Wie sehen die "Blue Punisher"-Pillen aus?

„Blue Punisher“ (deutsch: blauer Bestrafer) haben die Form eines Diamanten. Die Pillen sind zumeist blau und mit einem Totenkopf versehen, der an den Marvel-Charakter „The Punisher“ erinnert – einem Comic-Helden. Wie der Name schon verrät, sind sie meist blau, allerdings sind auch schon lilafarbene „Punisher“-Tabletten erhältlich. „Die Form und Farbe, das Logo oder die Größe von Pillen verraten absolut nichts über Inhaltsstoffe, Wirkung und Qualität“, erklärt Matthias Rost von der Jugenddrogenberatungsstelle K(L)ICK in Leipzig. Gerade das mache die Ecstasy-Pillen auch so extrem gefährlich. Etwa 300 bis 500 verschiedene solcher Pillen seien auf dem Markt. „Schon heute können Dealer die „Punisher“-Prägung geändert haben, und die Tabletten sehen nun komplett anders aus.
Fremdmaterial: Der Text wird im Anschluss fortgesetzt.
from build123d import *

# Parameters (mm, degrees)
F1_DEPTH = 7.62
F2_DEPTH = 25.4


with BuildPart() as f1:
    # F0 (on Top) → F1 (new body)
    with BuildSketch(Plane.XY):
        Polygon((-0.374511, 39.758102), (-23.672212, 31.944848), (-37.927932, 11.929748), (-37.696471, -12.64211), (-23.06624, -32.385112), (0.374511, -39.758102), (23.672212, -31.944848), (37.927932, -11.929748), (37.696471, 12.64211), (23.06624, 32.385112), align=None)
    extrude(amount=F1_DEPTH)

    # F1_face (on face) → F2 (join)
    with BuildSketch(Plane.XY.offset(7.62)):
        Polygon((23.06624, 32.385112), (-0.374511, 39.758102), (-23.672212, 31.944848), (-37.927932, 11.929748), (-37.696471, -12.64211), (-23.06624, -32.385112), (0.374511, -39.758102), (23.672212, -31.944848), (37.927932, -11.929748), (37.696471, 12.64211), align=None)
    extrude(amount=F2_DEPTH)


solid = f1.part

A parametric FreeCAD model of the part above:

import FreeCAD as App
import Part
import Sketcher

V = App.Vector
Q = App.Units.Quantity


def add_polygon(sketch, points):
    """Adds a closed chain of lines whose ends are joined by coincident constraints."""
    first, n = sketch.GeometryCount, len(points)
    for a, b in zip(points, points[1:] + points[:1]):
        sketch.addGeometry(Part.LineSegment(App.Vector(*a, 0), App.Vector(*b, 0)), False)
    for i in range(n):
        sketch.addConstraint(Sketcher.Constraint("Coincident", first + i, 2, first + (i + 1) % n, 1))

doc = App.newDocument("Part")
body = doc.addObject("PartDesign::Body", "Body")

# Sketch on XY plane
sketch1 = body.newObject("Sketcher::SketchObject", "Sketch")
sketch1.AttachmentSupport = (doc.getObject("XY_Plane"), [""])
sketch1.MapMode = "FlatFace"
add_polygon(sketch1, [(0, 40), (-24, 32), (-38, 12), (-38, -13), (-23, -32), (0, -40), (24, -32), (38, -12), (38, 13), (23, 32)])  # lines 0-9
sketch1.addConstraint([
    Sketcher.Constraint("Symmetric", 0, 2, 5, 2, -1, 1),
    Sketcher.Constraint("Symmetric", 1, 2, 6, 2, -1, 1),
    Sketcher.Constraint("Symmetric", 2, 2, 7, 2, -1, 1),
    Sketcher.Constraint("Symmetric", 3, 2, 8, 2, -1, 1),
    Sketcher.Constraint("Symmetric", 4, 2, 9, 2, -1, 1),
    Sketcher.Constraint("Equal", 0, 1),
    Sketcher.Constraint("Equal", 1, 2),
    Sketcher.Constraint("Equal", 2, 3),
    Sketcher.Constraint("Equal", 3, 4),
    Sketcher.Constraint("DistanceY", 1, 2, 0, 2, Q("20.0151 mm")),
    Sketcher.Constraint("DistanceY", 3, 2, 2, 2, Q("19.743002 mm")),
    Sketcher.Constraint("DistanceX", 4, 2, 5, 2, Q("23.297701 mm")),
    Sketcher.Constraint("Distance", 0, Q("24.572949 mm")),
    Sketcher.Constraint("DistanceX", 0, 2, -1, 1, Q("23.672212 mm")),
    Sketcher.Constraint("DistanceY", -1, 1, 0, 2, Q("31.944848 mm")),
])
pad1 = body.newObject("PartDesign::Pad", "Pad")
pad1.Profile = sketch1
pad1.Length = Q("0.3 in")

# Sketch on XY plane
sketch2 = body.newObject("Sketcher::SketchObject", "Sketch001")
sketch2.AttachmentSupport = (doc.getObject("XY_Plane"), [""])
sketch2.MapMode = "FlatFace"
sketch2.AttachmentOffset = App.Placement(V(0, 0, 0.3 * 25.4), App.Rotation())
add_polygon(sketch2, [(23, 32), (0, 40), (-24, 32), (-38, 12), (-38, -13), (-23, -32), (0, -40), (24, -32), (38, -12), (38, 13)])  # lines 0-9
sketch2.addConstraint([
    Sketcher.Constraint("Symmetric", 0, 2, 5, 2, -1, 1),
    Sketcher.Constraint("Symmetric", 1, 2, 6, 2, -1, 1),
    Sketcher.Constraint("Symmetric", 2, 2, 7, 2, -1, 1),
    Sketcher.Constraint("Symmetric", 3, 2, 8, 2, -1, 1),
    Sketcher.Constraint("Symmetric", 4, 2, 9, 2, -1, 1),
    Sketcher.Constraint("Equal", 0, 1),
    Sketcher.Constraint("Equal", 1, 2),
    Sketcher.Constraint("Equal", 2, 3),
    Sketcher.Constraint("Equal", 3, 4),
    Sketcher.Constraint("DistanceX", 1, 2, 0, 2, Q("23.297701 mm")),
    Sketcher.Constraint("DistanceY", 2, 2, 1, 2, Q("20.0151 mm")),
    Sketcher.Constraint("DistanceY", 4, 2, 3, 2, Q("19.743002 mm")),
    Sketcher.Constraint("Distance", 0, Q("24.572948 mm")),
    Sketcher.Constraint("DistanceX", 0, 2, -1, 1, Q("0.374511 mm")),
    Sketcher.Constraint("DistanceY", -1, 1, 1, 2, Q("31.944848 mm")),
])
pad2 = body.newObject("PartDesign::Pad", "Pad001")
pad2.Profile = sketch2
pad2.Length = Q("1 in")

doc.recompute()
Das ist sogar zu vermuten, wenn nun öffentlich vor diesen blauen Totenkopf-Pillen gewarnt wird“, erklärt Rost.

Wie wirkt Ecstasy?

Die Substanzen führen zu Wahnvorstellungen und zu einer gehobenen Stimmungslage. „Wer Ecstasy nimmt, fühlt sich aufgeputscht, glücklich, selbstbewusst, er verliert Hemmungen und Ängste. Ecstasy wirkt antriebs- und leistungssteigernd“, erklärt Rost. Die Wirkung setzt meist nach 30 bis 45 Minuten ein. Lässt sie nach, fallen Konsumenten in der Regel in eine depressive Phase, und sie fühlen sich erschöpft. Wer beispielsweise auf Partys lange tanzt, verliert extrem viel Wasser, die Folgen können Organschäden oder ein Kreislaufzusammenbruch sein. Tödliches Nierenversagen und Hirnblutungen wurden ebenso beobachtet.
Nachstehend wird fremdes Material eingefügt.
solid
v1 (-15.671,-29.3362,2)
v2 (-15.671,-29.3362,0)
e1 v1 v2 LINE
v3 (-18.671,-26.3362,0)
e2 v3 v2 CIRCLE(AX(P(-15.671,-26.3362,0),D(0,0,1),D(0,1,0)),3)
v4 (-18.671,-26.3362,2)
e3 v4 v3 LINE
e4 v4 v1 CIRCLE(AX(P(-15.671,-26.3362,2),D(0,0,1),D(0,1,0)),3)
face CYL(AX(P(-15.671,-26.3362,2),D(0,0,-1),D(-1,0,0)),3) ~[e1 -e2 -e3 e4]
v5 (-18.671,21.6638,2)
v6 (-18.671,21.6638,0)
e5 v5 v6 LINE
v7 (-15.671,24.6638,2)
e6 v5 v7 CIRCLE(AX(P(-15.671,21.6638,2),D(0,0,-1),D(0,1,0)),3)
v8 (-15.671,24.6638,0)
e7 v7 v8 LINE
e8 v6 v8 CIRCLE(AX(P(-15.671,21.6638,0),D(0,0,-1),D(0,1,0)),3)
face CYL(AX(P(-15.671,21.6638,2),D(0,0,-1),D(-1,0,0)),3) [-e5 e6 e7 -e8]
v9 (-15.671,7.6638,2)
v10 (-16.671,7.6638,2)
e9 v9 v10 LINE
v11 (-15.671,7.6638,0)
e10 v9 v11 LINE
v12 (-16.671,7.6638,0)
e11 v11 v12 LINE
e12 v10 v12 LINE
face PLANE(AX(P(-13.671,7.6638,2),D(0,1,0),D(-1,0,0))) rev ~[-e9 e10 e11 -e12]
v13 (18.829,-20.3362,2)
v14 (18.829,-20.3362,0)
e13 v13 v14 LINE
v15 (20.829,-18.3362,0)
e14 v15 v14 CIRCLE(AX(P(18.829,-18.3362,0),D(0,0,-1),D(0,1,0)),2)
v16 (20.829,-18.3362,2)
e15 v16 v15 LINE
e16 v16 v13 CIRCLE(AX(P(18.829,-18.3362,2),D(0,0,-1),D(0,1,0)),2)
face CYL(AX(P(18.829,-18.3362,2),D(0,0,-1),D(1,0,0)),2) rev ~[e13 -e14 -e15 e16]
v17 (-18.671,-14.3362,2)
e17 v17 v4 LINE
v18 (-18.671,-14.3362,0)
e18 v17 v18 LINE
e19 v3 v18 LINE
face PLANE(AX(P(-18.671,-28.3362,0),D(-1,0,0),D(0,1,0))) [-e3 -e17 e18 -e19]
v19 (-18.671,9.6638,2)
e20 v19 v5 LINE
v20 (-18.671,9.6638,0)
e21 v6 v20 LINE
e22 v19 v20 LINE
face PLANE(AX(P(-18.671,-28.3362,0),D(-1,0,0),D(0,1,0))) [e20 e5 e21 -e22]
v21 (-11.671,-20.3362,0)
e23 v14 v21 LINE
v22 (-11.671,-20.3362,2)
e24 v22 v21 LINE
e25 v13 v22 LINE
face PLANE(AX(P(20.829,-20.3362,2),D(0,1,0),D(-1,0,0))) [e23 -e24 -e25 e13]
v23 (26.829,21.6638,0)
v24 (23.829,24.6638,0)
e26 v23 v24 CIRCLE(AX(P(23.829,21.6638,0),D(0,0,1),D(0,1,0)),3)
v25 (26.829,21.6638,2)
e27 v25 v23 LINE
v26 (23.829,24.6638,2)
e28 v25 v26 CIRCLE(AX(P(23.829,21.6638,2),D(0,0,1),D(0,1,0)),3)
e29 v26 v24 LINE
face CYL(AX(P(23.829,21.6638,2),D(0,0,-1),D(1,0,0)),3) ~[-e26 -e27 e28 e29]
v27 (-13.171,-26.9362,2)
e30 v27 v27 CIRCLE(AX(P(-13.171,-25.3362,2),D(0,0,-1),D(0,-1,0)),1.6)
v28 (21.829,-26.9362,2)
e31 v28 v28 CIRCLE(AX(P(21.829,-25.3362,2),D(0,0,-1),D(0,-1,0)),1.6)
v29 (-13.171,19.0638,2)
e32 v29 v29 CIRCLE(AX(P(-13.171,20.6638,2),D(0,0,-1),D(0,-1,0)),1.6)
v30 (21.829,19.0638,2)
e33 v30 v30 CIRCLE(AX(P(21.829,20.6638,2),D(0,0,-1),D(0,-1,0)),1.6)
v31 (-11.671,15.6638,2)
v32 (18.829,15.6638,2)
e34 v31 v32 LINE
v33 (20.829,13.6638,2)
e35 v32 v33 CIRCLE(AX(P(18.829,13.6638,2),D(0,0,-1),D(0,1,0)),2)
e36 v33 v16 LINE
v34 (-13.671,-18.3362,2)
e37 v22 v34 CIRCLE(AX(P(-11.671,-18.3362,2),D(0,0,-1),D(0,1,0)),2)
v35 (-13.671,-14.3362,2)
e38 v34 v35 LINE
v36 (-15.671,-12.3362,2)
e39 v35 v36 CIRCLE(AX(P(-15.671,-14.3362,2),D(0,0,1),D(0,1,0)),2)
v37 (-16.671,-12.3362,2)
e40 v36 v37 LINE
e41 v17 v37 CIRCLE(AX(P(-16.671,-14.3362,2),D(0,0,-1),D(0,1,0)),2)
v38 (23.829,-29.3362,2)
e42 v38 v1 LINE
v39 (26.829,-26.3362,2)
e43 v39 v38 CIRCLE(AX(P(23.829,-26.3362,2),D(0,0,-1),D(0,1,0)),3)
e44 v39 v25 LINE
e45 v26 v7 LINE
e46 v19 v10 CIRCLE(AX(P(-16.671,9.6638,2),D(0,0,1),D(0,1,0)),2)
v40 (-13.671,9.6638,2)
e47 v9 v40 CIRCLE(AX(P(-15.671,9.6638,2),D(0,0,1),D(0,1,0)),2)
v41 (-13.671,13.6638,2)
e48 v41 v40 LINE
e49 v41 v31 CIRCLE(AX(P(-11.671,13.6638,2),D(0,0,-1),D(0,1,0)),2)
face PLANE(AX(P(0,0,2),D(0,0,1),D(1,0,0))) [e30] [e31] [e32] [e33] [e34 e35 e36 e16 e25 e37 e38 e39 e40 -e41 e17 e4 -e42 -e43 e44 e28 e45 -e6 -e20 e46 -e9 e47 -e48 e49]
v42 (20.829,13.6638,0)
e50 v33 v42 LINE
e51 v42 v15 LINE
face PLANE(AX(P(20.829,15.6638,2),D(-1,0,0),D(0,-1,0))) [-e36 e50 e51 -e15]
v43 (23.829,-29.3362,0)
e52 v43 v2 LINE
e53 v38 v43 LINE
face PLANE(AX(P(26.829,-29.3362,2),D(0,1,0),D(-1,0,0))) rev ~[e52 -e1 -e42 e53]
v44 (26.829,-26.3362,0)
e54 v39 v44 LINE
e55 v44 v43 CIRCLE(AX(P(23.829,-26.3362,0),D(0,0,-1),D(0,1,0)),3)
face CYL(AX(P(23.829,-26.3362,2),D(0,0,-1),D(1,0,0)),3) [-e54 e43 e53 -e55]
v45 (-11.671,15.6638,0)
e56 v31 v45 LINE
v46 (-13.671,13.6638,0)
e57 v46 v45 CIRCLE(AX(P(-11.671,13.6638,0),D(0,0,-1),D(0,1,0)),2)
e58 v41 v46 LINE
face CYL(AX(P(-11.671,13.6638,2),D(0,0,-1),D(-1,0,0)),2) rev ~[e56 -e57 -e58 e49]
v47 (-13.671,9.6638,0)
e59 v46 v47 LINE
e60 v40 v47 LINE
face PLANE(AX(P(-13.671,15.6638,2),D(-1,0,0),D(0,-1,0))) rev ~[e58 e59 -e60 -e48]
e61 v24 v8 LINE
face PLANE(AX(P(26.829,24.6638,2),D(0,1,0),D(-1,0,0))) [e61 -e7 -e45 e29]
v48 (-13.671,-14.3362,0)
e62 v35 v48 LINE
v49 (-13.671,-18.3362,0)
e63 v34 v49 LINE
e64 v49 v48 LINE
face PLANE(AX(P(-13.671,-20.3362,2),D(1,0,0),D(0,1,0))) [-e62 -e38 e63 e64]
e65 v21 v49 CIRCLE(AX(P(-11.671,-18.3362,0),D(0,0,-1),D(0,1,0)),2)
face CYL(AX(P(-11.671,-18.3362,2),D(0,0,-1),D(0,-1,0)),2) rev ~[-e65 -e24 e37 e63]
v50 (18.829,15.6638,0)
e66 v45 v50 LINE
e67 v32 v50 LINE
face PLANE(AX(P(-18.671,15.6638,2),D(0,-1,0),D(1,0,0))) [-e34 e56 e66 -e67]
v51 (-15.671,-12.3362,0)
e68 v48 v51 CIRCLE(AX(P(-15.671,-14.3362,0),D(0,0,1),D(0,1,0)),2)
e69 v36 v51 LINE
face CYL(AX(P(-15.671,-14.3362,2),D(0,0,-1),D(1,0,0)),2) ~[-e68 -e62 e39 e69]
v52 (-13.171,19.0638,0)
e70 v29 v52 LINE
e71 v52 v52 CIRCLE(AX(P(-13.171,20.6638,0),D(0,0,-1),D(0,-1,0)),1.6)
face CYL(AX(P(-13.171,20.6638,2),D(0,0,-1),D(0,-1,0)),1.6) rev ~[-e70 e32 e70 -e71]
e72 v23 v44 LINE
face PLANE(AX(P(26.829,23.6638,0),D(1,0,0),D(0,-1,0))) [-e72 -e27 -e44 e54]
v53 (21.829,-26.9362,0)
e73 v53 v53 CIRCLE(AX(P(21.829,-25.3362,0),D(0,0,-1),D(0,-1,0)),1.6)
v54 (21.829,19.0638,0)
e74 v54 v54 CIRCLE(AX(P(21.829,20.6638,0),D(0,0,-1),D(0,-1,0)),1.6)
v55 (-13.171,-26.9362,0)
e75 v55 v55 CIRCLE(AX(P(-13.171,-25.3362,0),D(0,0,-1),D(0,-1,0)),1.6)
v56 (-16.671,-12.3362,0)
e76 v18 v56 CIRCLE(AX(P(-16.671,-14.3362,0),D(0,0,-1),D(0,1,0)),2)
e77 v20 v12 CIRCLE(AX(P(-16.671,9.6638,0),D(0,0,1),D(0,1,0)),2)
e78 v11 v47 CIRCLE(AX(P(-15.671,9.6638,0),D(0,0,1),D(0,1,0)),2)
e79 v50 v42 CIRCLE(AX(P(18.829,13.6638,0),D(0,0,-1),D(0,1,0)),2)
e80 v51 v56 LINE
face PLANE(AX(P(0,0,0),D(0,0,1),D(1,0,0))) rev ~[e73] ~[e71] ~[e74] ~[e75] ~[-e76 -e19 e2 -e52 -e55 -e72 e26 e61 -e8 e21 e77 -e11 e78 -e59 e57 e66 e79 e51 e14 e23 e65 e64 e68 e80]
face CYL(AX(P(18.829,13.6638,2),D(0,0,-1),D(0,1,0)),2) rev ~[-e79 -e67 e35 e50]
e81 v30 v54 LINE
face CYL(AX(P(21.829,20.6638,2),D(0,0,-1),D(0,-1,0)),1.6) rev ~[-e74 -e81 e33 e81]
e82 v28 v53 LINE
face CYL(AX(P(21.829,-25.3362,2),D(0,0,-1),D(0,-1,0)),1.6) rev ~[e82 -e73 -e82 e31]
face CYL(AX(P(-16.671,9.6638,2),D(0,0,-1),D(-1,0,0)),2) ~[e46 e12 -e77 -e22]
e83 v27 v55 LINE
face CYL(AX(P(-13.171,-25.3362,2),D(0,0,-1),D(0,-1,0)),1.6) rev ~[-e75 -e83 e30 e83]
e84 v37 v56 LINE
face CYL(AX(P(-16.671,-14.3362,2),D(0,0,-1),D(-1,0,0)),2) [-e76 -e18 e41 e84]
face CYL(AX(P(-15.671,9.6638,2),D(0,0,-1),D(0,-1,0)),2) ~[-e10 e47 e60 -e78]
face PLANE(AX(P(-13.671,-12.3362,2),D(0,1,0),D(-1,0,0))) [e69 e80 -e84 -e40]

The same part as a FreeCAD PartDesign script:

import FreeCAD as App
import Part
import Sketcher
from FreeCAD import Vector
Q = App.Units.Quantity


def edges_at(feature, points):
    """Names of the edges that pass closest to the given points."""
    edges = feature.Shape.Edges
    near = lambda p: min(range(len(edges)), key=lambda i: edges[i].distToShape(Part.Vertex(*p))[0])
    return sorted({f"Edge{near(p) + 1}" for p in points})


def add_polygon(sketch, points):
    """Adds a closed chain of lines whose ends are joined by coincident constraints."""
    first, n = sketch.GeometryCount, len(points)
    for a, b in zip(points, points[1:] + points[:1]):
        sketch.addGeometry(Part.LineSegment(App.Vector(*a, 0), App.Vector(*b, 0)), False)
    for i in range(n):
        sketch.addConstraint(Sketcher.Constraint("Coincident", first + i, 2, first + (i + 1) % n, 1))

doc = App.newDocument("Part")
body = doc.addObject("PartDesign::Body", "Body")

sketch1 = body.newObject("Sketcher::SketchObject", "Sketch")
sketch1.AttachmentSupport = (doc.getObject("XY_Plane"), [""])
sketch1.MapMode = "FlatFace"
add_polygon(sketch1, [(27, 24), (-19, 24), (-19, -28), (27, -28)])
sketch1.addConstraint(Sketcher.Constraint("Horizontal", 0))
sketch1.addConstraint(Sketcher.Constraint("Vertical", 1))
sketch1.addConstraint(Sketcher.Constraint("Horizontal", 2))
sketch1.addConstraint(Sketcher.Constraint("Vertical", 3))
sketch1.addConstraint(Sketcher.Constraint("DistanceY", 1, 2, 1, 1, Q("52 mm")))
sketch1.addConstraint(Sketcher.Constraint("DistanceX", 0, 2, 0, 1, Q("45.5 mm")))
sketch1.addConstraint(Sketcher.Constraint("DistanceX", 0, 2, -1, 1, Q("18.671 mm")))
sketch1.addConstraint(Sketcher.Constraint("DistanceY", -1, 1, 0, 2, Q("23.6638 mm")))
pad1 = body.newObject("PartDesign::Pad", "Pad")
pad1.Profile = sketch1
pad1.Length = 2

sketch2 = body.newObject("Sketcher::SketchObject", "Sketch001")
sketch2.AttachmentSupport = (doc.getObject("XY_Plane"), [""])
sketch2.MapMode = "FlatFace"
sketch2.AttachmentOffset = App.Placement(Vector(0, 0, 2), App.Rotation())
sketch2.addGeometry(Part.Circle(Vector(-13.2, 20.7, 0), Vector(0, 0, 1), 1.6), False)
sketch2.addGeometry(Part.Circle(Vector(21.8, 20.7, 0), Vector(0, 0, 1), 1.6), False)
sketch2.addGeometry(Part.Circle(Vector(21.8, -25.3, 0), Vector(0, 0, 1), 1.6), False)
sketch2.addGeometry(Part.Circle(Vector(-13.2, -25.3, 0), Vector(0, 0, 1), 1.6), False)
sketch2.addConstraint(Sketcher.Constraint("Equal", 0, 1))
sketch2.addConstraint(Sketcher.Constraint("Equal", 1, 2))
sketch2.addConstraint(Sketcher.Constraint("Equal", 2, 3))
sketch2.addConstraint(Sketcher.Constraint("Horizontal", 0, 3, 1, 3))
sketch2.addConstraint(Sketcher.Constraint("Horizontal", 2, 3, 3, 3))
sketch2.addConstraint(Sketcher.Constraint("Vertical", 1, 3, 2, 3))
sketch2.addConstraint(Sketcher.Constraint("Vertical", 0, 3, 3, 3))
sketch2.addConstraint(Sketcher.Constraint("Diameter", 0, Q("3.2 mm")))
sketch2.addConstraint(Sketcher.Constraint("DistanceX", 0, 3, 1, 3, Q("35 mm")))
sketch2.addConstraint(Sketcher.Constraint("DistanceY", 2, 3, 1, 3, Q("46 mm")))
sketch2.addConstraint(Sketcher.Constraint("DistanceX", 0, 3, -1, 1, Q("13.171 mm")))
sketch2.addConstraint(Sketcher.Constraint("DistanceY", -1, 1, 0, 3, Q("20.6638 mm")))
doc.recompute()
hole = body.newObject("PartDesign::Hole", "Hole")
hole.Profile = sketch2
hole.ThreadType = "None"
hole.Diameter = 3.2
hole.DepthType = "Dimension"
hole.Depth = 10
hole.DrillPoint = "Angled"
hole.DrillPointAngle = 118

sketch3 = body.newObject("Sketcher::SketchObject", "Sketch002")
sketch3.AttachmentSupport = (doc.getObject("XY_Plane"), [""])
sketch3.MapMode = "FlatFace"
sketch3.AttachmentOffset = App.Placement(Vector(0, 0, 2), App.Rotation())
add_polygon(sketch3, [(21, 16), (-19, 16), (-19, -20), (21, -20)])
sketch3.addConstraint(Sketcher.Constraint("Horizontal", 0))
sketch3.addConstraint(Sketcher.Constraint("Vertical", 1))
sketch3.addConstraint(Sketcher.Constraint("Horizontal", 2))
sketch3.addConstraint(Sketcher.Constraint("Vertical", 3))
sketch3.addConstraint(Sketcher.Constraint("DistanceY", 1, 2, 1, 1, Q("36 mm")))
sketch3.addConstraint(Sketcher.Constraint("DistanceX", 0, 2, 0, 1, Q("39.5 mm")))
sketch3.addConstraint(Sketcher.Constraint("DistanceX", 0, 2, -1, 1, Q("18.671 mm")))
sketch3.addConstraint(Sketcher.Constraint("DistanceY", -1, 1, 0, 2, Q("15.6638 mm")))
pocket1 = body.newObject("PartDesign::Pocket", "Pocket")
pocket1.Profile = sketch3
pocket1.Length = 2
Was ist über die Todesfälle vom Wochenende bekannt?

Am Montag war eine 13-Jährige aus Altentreptow in Mecklenburg-Vorpommern im Krankenhaus gestorben. Die Ermittlungsbehörden vermuten, dass ihr Tod in Zusammenhang mit chemischen Drogen steht. Frühestens am Freitag rechnet die Staatsanwaltschaft in Potsdam mit dem vorläufigen Obduktionsergebnis. Bereits am Montagabend hatte die Polizei vier Tatverdächtige festgenommen – einen 37-Jährigen, einen 16-Jährigen und zwei 17-Jährige. Gegen den 37-Jährigen ist Haftbefehl erlassen worden. Die übrigen Tatverdächtigen sind mittlerweile wieder auf freiem Fuß, sollen aber in Zusammenhang mit dem Fall des Mädchens aus Altentreptow stehen. Eine 14- und eine 15-Jährige liegen in Neubrandenburg nach der Einnahme dieser Droge auf der Intensivstation. Auch beim Tod einer 15-Jährigen in Brandenburg vermuten Ermittler eine Überdosis.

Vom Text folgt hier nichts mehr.